To do —
Reproduce exactly the lines of the material beneath, from the line that contains "#147=EDGE_LOOP('',(#137,#138,#143,#146));" to the line that contains "#179=EDGE_CURVE('',#59,#153,#178,.T.);", both included, and no other lines.

Data to process —
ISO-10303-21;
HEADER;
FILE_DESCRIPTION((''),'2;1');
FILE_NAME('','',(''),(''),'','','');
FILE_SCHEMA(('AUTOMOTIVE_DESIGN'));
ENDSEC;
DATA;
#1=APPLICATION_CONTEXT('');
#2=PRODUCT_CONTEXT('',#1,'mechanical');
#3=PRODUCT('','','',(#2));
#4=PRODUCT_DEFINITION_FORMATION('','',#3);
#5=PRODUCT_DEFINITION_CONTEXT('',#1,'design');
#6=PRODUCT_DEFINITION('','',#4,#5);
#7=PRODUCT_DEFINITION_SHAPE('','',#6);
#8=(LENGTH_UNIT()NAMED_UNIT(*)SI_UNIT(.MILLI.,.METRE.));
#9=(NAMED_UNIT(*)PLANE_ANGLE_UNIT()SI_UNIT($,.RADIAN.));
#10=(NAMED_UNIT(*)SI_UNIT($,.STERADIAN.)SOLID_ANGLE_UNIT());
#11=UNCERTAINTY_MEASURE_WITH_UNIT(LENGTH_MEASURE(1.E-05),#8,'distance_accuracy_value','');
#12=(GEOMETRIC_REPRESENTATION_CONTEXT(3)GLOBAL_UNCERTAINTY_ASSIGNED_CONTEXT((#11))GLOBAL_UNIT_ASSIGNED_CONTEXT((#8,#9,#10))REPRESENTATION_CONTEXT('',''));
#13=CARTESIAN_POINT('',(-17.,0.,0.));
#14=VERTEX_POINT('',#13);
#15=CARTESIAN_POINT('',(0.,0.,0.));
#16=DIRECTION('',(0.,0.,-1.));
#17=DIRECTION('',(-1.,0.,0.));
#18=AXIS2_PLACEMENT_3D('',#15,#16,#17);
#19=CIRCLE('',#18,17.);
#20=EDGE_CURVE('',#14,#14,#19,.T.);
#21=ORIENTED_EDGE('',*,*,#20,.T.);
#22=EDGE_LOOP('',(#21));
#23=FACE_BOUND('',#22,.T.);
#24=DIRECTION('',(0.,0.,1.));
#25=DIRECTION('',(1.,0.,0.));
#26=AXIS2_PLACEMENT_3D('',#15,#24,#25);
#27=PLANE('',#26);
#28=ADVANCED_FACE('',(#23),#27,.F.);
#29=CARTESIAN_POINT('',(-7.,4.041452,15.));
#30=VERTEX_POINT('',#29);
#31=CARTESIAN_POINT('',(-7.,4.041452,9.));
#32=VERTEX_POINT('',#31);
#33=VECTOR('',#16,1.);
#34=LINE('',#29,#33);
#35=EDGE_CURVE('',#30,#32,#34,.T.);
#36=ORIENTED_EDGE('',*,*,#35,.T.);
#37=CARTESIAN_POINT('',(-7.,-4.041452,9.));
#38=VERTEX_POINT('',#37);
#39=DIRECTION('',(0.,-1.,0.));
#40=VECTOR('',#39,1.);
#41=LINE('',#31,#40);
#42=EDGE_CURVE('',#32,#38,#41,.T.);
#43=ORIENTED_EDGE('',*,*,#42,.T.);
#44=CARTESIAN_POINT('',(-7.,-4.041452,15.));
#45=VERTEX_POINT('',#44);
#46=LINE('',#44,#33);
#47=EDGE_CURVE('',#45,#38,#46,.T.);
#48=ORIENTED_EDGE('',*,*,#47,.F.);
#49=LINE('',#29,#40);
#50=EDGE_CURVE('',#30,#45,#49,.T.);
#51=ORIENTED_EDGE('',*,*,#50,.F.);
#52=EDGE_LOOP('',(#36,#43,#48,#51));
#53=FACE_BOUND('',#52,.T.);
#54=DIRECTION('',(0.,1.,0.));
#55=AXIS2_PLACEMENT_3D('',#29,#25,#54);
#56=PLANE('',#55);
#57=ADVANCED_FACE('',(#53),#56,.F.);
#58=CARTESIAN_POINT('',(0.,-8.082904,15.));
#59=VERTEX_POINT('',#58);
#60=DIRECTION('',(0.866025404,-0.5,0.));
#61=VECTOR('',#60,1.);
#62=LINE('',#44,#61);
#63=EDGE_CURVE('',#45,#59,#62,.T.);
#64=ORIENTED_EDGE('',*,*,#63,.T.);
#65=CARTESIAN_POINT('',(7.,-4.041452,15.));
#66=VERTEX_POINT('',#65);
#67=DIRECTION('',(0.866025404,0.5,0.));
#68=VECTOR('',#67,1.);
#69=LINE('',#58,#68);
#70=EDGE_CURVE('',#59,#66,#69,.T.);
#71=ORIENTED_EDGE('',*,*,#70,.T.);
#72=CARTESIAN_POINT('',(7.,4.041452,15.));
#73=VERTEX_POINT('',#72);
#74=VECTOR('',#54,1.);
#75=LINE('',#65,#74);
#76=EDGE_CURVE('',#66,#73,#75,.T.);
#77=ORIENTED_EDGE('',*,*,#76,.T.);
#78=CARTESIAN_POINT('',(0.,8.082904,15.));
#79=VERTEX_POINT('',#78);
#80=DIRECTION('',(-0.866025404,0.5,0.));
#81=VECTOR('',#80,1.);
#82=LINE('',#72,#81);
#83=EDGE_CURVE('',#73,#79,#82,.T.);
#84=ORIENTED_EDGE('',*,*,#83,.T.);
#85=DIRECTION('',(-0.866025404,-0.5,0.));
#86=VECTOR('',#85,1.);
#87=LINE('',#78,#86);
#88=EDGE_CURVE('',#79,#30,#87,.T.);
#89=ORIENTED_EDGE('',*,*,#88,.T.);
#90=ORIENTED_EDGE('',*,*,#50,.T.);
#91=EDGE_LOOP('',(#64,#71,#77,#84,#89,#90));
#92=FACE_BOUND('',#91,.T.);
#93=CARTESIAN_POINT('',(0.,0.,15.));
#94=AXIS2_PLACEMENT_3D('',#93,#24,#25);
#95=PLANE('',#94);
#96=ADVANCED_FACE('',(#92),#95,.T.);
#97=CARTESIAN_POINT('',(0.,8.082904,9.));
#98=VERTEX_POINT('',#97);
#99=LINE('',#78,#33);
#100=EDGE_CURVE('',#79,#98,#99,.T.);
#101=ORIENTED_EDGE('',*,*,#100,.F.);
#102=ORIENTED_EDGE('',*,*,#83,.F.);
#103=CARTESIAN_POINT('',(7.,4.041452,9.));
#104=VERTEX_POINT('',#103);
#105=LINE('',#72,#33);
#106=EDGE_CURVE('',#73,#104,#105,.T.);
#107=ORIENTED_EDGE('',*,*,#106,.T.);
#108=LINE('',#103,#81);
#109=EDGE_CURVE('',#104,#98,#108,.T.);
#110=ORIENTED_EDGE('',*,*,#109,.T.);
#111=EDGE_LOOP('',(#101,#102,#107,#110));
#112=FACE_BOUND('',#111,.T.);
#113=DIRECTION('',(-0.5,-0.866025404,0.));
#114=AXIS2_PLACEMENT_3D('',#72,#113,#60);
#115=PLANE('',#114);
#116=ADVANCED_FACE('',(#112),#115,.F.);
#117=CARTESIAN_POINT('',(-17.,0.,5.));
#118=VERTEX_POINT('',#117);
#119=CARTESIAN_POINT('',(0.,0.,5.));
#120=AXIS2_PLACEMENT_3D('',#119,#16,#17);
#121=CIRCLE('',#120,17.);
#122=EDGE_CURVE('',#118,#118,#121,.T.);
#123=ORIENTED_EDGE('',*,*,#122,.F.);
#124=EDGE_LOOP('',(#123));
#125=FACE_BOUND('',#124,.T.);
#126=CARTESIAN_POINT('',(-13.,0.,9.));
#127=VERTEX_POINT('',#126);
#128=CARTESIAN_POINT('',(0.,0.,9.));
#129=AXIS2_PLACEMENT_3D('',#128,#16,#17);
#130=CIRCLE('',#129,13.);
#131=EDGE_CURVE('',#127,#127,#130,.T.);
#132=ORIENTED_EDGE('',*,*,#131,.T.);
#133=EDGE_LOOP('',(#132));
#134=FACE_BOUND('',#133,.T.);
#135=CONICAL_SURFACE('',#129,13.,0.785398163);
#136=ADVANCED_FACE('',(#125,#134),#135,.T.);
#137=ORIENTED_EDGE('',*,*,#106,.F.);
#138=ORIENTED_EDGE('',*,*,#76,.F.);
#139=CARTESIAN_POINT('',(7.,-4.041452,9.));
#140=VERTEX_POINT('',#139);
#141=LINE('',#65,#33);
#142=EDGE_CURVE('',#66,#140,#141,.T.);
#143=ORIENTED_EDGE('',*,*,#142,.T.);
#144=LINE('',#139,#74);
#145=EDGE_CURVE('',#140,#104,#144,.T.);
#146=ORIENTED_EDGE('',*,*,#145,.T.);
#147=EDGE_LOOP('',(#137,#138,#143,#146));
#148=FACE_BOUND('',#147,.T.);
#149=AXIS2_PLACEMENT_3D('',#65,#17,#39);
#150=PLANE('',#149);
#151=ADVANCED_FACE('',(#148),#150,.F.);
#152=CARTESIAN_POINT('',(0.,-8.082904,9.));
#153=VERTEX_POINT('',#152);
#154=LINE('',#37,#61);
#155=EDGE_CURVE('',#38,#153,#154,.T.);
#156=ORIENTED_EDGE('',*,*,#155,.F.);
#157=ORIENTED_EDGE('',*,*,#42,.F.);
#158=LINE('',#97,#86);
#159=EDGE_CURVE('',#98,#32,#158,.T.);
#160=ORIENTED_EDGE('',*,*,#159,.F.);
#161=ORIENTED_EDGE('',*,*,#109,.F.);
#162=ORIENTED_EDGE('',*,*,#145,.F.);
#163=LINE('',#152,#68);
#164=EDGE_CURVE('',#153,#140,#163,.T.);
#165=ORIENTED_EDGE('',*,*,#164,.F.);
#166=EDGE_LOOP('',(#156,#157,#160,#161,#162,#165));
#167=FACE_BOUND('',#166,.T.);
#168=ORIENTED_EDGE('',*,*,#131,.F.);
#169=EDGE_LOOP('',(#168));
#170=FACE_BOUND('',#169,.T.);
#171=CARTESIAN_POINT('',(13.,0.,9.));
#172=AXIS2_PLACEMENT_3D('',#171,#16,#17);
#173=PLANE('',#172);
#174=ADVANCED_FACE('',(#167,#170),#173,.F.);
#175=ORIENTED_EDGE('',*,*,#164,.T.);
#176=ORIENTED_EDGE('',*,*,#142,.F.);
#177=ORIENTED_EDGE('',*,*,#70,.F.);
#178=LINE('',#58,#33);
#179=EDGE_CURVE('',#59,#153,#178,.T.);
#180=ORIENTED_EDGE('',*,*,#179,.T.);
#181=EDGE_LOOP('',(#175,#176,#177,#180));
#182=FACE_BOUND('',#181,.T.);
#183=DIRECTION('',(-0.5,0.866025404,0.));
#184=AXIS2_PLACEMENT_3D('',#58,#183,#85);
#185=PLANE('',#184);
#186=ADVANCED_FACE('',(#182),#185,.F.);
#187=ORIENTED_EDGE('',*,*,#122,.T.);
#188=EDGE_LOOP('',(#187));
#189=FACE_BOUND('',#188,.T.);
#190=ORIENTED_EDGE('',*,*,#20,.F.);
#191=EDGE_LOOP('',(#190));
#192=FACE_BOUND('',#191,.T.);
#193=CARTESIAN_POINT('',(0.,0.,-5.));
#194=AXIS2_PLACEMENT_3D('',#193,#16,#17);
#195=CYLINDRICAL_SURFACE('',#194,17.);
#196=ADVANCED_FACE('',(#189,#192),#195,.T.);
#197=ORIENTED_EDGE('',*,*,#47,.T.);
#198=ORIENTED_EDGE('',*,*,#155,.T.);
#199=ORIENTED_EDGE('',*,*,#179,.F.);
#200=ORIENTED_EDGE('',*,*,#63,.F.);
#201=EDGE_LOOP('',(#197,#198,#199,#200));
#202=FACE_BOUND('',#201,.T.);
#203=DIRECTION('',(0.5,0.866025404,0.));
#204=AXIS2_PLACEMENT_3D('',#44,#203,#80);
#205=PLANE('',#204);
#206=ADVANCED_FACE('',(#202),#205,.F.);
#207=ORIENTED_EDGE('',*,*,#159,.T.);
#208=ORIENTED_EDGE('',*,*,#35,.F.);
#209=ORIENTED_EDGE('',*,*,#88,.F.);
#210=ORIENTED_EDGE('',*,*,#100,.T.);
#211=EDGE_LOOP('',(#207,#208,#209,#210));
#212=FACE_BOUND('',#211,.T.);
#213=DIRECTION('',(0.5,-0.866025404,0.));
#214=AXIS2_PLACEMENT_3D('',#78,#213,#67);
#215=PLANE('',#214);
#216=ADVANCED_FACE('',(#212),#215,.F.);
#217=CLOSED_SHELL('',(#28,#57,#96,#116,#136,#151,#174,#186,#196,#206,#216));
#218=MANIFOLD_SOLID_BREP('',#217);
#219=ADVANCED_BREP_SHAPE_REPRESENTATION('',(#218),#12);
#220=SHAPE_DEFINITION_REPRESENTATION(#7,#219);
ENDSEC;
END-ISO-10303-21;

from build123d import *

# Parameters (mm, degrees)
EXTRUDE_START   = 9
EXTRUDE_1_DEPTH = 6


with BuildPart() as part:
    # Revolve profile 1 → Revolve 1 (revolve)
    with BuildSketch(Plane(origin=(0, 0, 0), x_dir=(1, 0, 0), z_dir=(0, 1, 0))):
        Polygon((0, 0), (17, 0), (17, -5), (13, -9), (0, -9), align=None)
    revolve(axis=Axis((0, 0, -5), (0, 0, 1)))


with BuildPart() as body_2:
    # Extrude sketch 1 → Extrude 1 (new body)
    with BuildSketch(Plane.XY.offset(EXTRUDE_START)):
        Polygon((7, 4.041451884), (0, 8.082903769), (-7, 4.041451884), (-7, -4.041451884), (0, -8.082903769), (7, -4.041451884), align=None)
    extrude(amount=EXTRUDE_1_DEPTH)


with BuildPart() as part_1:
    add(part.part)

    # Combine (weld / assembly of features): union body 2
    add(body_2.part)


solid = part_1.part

Reply to the exercise —
#147=EDGE_LOOP('',(#137,#138,#143,#146));
#148=FACE_BOUND('',#147,.T.);
#149=AXIS2_PLACEMENT_3D('',#65,#17,#39);
#150=PLANE('',#149);
#151=ADVANCED_FACE('',(#148),#150,.F.);
#152=CARTESIAN_POINT('',(0.,-8.082904,9.));
#153=VERTEX_POINT('',#152);
#154=LINE('',#37,#61);
#155=EDGE_CURVE('',#38,#153,#154,.T.);
#156=ORIENTED_EDGE('',*,*,#155,.F.);
#157=ORIENTED_EDGE('',*,*,#42,.F.);
#158=LINE('',#97,#86);
#159=EDGE_CURVE('',#98,#32,#158,.T.);
#160=ORIENTED_EDGE('',*,*,#159,.F.);
#161=ORIENTED_EDGE('',*,*,#109,.F.);
#162=ORIENTED_EDGE('',*,*,#145,.F.);
#163=LINE('',#152,#68);
#164=EDGE_CURVE('',#153,#140,#163,.T.);
#165=ORIENTED_EDGE('',*,*,#164,.F.);
#166=EDGE_LOOP('',(#156,#157,#160,#161,#162,#165));
#167=FACE_BOUND('',#166,.T.);
#168=ORIENTED_EDGE('',*,*,#131,.F.);
#169=EDGE_LOOP('',(#168));
#170=FACE_BOUND('',#169,.T.);
#171=CARTESIAN_POINT('',(13.,0.,9.));
#172=AXIS2_PLACEMENT_3D('',#171,#16,#17);
#173=PLANE('',#172);
#174=ADVANCED_FACE('',(#167,#170),#173,.F.);
#175=ORIENTED_EDGE('',*,*,#164,.T.);
#176=ORIENTED_EDGE('',*,*,#142,.F.);
#177=ORIENTED_EDGE('',*,*,#70,.F.);
#178=LINE('',#58,#33);
#179=EDGE_CURVE('',#59,#153,#178,.T.);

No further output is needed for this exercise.